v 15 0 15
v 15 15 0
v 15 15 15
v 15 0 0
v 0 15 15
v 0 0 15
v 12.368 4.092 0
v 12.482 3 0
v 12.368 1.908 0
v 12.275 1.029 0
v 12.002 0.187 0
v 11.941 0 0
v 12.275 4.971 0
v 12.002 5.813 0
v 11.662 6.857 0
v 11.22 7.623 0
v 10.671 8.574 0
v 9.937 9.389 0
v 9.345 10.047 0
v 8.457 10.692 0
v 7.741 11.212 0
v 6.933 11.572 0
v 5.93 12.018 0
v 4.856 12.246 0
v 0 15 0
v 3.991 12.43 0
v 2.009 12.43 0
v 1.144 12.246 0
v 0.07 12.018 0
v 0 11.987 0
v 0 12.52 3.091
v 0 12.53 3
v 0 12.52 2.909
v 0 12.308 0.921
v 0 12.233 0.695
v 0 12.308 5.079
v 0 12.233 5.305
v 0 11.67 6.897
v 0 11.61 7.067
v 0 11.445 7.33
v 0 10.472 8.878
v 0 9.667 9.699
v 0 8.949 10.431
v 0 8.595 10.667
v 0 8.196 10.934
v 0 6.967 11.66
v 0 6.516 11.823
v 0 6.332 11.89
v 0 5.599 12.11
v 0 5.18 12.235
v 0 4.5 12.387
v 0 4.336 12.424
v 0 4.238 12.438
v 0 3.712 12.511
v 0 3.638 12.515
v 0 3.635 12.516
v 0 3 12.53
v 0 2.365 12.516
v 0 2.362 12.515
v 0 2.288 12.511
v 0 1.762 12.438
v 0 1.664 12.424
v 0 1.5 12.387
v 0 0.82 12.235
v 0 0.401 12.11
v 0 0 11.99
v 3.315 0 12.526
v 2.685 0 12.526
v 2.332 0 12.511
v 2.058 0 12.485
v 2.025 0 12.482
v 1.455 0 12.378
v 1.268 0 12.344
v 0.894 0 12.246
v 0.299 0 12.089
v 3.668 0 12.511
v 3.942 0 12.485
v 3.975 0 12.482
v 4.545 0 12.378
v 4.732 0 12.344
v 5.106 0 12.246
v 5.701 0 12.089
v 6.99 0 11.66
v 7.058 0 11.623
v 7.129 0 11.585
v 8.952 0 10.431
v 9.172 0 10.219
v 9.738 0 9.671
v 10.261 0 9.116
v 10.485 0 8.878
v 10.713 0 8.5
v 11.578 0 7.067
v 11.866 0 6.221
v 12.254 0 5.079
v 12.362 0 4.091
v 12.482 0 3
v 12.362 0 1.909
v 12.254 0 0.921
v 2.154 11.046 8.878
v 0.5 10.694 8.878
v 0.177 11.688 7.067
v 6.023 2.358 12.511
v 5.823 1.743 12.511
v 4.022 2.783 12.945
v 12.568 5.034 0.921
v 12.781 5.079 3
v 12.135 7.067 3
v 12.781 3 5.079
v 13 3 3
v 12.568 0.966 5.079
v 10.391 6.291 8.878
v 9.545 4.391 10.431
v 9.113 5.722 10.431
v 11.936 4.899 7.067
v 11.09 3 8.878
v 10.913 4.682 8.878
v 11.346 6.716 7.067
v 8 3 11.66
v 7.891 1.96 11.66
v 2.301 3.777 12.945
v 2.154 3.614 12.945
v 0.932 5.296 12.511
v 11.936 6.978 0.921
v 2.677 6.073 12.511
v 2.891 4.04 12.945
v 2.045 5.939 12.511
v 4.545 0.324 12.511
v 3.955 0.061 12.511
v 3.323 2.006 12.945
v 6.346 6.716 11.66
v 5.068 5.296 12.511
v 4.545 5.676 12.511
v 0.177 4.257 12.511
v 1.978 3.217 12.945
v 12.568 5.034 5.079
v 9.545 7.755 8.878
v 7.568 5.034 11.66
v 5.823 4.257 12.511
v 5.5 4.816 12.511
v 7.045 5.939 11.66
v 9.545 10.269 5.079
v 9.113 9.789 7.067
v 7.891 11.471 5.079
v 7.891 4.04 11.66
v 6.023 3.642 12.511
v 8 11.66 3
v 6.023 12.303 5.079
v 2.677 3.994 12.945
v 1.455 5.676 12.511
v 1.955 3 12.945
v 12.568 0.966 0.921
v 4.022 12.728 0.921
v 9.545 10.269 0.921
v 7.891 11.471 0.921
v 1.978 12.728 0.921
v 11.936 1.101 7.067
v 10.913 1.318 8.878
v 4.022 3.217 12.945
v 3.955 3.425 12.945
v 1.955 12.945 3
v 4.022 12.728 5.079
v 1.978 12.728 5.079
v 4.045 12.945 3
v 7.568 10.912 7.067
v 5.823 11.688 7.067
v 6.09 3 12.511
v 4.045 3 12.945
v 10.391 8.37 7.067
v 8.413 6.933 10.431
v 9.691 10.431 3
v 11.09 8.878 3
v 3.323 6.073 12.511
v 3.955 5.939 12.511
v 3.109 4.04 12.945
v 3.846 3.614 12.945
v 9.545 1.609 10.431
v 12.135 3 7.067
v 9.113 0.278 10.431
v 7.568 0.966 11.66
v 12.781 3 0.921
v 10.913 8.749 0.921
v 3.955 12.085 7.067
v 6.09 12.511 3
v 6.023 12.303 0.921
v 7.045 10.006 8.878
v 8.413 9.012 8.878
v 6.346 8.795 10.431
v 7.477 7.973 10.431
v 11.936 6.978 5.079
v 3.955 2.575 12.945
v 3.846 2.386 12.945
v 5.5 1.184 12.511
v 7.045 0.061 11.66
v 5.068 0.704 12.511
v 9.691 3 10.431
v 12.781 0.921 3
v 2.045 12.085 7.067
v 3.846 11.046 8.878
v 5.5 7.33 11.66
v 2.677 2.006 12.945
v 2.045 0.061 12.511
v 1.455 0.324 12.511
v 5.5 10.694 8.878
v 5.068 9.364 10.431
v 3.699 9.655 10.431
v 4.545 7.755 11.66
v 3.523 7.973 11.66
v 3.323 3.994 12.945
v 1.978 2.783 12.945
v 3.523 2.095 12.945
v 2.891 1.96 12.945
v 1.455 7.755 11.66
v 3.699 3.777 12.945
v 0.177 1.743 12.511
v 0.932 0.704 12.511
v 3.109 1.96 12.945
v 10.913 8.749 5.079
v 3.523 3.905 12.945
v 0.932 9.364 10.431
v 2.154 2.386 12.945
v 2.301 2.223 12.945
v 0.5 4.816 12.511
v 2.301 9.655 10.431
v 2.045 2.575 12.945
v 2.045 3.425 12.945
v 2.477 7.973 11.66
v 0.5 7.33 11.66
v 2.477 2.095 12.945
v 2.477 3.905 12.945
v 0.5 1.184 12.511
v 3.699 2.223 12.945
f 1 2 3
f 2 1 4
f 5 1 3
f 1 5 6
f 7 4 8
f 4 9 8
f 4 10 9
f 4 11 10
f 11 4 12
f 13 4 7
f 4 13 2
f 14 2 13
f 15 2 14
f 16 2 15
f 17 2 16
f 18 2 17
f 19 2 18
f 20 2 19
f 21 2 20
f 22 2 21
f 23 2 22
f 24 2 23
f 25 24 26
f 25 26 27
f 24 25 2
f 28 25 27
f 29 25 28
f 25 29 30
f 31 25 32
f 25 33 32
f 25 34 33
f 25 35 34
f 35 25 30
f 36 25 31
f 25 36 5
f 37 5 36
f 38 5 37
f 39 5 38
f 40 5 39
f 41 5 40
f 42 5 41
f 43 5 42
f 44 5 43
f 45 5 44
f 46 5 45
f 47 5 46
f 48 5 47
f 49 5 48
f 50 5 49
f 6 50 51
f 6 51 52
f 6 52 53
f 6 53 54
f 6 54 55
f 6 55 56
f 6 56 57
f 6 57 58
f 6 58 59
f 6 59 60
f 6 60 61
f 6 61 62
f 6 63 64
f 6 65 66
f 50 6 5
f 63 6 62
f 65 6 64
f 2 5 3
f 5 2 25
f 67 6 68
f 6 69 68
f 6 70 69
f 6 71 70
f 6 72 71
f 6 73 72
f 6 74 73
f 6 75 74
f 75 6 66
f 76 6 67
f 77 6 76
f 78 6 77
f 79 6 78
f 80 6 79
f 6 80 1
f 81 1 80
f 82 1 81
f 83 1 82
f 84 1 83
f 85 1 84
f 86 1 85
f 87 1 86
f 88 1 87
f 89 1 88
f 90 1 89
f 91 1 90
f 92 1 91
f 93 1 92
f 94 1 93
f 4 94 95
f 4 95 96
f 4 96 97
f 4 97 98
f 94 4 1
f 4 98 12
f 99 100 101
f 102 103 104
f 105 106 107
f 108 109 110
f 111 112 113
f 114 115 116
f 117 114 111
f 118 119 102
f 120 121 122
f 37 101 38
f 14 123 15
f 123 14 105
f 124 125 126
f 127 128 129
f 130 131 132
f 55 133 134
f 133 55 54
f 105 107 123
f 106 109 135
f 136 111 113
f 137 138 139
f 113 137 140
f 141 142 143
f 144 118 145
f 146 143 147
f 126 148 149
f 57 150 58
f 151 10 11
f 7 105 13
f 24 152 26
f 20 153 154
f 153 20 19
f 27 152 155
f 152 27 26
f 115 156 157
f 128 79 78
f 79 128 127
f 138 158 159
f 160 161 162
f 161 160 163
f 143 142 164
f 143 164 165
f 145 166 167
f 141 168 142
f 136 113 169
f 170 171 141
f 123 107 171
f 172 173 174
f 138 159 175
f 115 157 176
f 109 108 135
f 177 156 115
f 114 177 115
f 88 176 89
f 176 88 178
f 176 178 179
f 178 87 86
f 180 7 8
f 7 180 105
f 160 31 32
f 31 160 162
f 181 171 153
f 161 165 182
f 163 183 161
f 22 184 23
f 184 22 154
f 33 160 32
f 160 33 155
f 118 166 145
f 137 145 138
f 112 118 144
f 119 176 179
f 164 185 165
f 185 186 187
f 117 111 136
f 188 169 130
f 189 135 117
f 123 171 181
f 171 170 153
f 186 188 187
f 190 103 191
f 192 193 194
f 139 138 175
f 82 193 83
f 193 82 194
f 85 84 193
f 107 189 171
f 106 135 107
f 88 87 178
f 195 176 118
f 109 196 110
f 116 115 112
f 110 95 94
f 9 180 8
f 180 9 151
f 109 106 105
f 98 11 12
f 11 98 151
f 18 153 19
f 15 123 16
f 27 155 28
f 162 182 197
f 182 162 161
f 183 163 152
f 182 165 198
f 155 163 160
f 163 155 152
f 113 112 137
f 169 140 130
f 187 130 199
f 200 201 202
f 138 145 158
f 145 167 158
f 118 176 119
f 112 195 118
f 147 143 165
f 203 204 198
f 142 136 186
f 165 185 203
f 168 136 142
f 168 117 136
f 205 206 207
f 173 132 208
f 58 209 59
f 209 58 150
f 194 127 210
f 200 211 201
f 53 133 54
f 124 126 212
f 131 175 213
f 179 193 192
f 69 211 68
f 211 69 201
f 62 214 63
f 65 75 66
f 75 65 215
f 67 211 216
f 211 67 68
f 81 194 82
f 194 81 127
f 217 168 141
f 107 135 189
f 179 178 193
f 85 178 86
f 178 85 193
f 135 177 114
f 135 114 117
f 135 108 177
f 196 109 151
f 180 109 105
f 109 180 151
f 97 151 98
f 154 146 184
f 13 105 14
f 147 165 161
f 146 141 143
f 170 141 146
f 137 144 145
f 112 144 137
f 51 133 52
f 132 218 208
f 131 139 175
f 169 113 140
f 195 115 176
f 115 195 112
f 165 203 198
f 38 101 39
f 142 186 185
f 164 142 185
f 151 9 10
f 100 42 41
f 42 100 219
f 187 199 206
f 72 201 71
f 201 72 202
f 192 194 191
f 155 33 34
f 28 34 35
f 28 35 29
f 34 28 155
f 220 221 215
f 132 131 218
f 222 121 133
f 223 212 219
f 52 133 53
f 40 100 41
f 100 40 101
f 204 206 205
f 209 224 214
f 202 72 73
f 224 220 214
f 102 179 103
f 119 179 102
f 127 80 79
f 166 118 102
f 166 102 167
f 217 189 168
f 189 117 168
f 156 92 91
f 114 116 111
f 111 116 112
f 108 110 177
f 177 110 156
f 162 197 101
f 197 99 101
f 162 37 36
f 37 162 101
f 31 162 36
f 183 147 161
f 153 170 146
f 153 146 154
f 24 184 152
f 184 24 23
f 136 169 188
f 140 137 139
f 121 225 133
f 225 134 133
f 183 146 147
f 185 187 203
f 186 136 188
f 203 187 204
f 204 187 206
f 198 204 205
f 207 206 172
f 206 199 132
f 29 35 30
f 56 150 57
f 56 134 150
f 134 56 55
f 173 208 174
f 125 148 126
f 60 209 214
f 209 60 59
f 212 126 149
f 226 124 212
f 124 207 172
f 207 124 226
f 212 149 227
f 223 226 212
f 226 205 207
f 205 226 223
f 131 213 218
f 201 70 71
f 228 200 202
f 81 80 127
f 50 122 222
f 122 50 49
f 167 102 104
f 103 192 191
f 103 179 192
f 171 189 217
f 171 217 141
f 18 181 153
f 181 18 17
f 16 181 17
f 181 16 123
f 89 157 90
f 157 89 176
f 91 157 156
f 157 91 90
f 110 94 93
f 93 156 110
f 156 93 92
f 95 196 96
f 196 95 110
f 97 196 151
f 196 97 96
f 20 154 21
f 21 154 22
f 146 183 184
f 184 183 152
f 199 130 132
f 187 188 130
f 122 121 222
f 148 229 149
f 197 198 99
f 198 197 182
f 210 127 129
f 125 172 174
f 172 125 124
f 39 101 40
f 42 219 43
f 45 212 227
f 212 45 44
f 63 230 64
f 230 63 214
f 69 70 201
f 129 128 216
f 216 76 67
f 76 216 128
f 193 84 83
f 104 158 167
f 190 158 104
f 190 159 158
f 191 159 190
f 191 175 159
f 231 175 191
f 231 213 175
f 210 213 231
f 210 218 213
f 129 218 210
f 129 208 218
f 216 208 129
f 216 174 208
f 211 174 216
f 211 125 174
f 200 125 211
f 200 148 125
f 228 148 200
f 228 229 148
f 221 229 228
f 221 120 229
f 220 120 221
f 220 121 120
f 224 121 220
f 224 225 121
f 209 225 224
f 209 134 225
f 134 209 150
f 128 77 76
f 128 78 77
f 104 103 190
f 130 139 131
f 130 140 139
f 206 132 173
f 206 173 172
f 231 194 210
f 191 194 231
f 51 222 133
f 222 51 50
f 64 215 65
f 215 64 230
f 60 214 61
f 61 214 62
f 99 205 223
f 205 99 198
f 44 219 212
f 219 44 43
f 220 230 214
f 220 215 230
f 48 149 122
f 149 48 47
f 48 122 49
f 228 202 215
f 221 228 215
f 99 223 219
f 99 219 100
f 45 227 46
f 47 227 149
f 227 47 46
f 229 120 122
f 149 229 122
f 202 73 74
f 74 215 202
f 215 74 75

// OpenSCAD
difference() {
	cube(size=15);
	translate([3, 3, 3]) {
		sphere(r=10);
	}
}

******

Task instructions:
Only the lines from the start of the data to the line holding "v 0 11.445 7.33" are wanted; return them exactly, both ends included.

Exercise response:
v 15 0 15
v 15 15 0
v 15 15 15
v 15 0 0
v 0 15 15
v 0 0 15
v 12.368 4.092 0
v 12.482 3 0
v 12.368 1.908 0
v 12.275 1.029 0
v 12.002 0.187 0
v 11.941 0 0
v 12.275 4.971 0
v 12.002 5.813 0
v 11.662 6.857 0
v 11.22 7.623 0
v 10.671 8.574 0
v 9.937 9.389 0
v 9.345 10.047 0
v 8.457 10.692 0
v 7.741 11.212 0
v 6.933 11.572 0
v 5.93 12.018 0
v 4.856 12.246 0
v 0 15 0
v 3.991 12.43 0
v 2.009 12.43 0
v 1.144 12.246 0
v 0.07 12.018 0
v 0 11.987 0
v 0 12.52 3.091
v 0 12.53 3
v 0 12.52 2.909
v 0 12.308 0.921
v 0 12.233 0.695
v 0 12.308 5.079
v 0 12.233 5.305
v 0 11.67 6.897
v 0 11.61 7.067
v 0 11.445 7.33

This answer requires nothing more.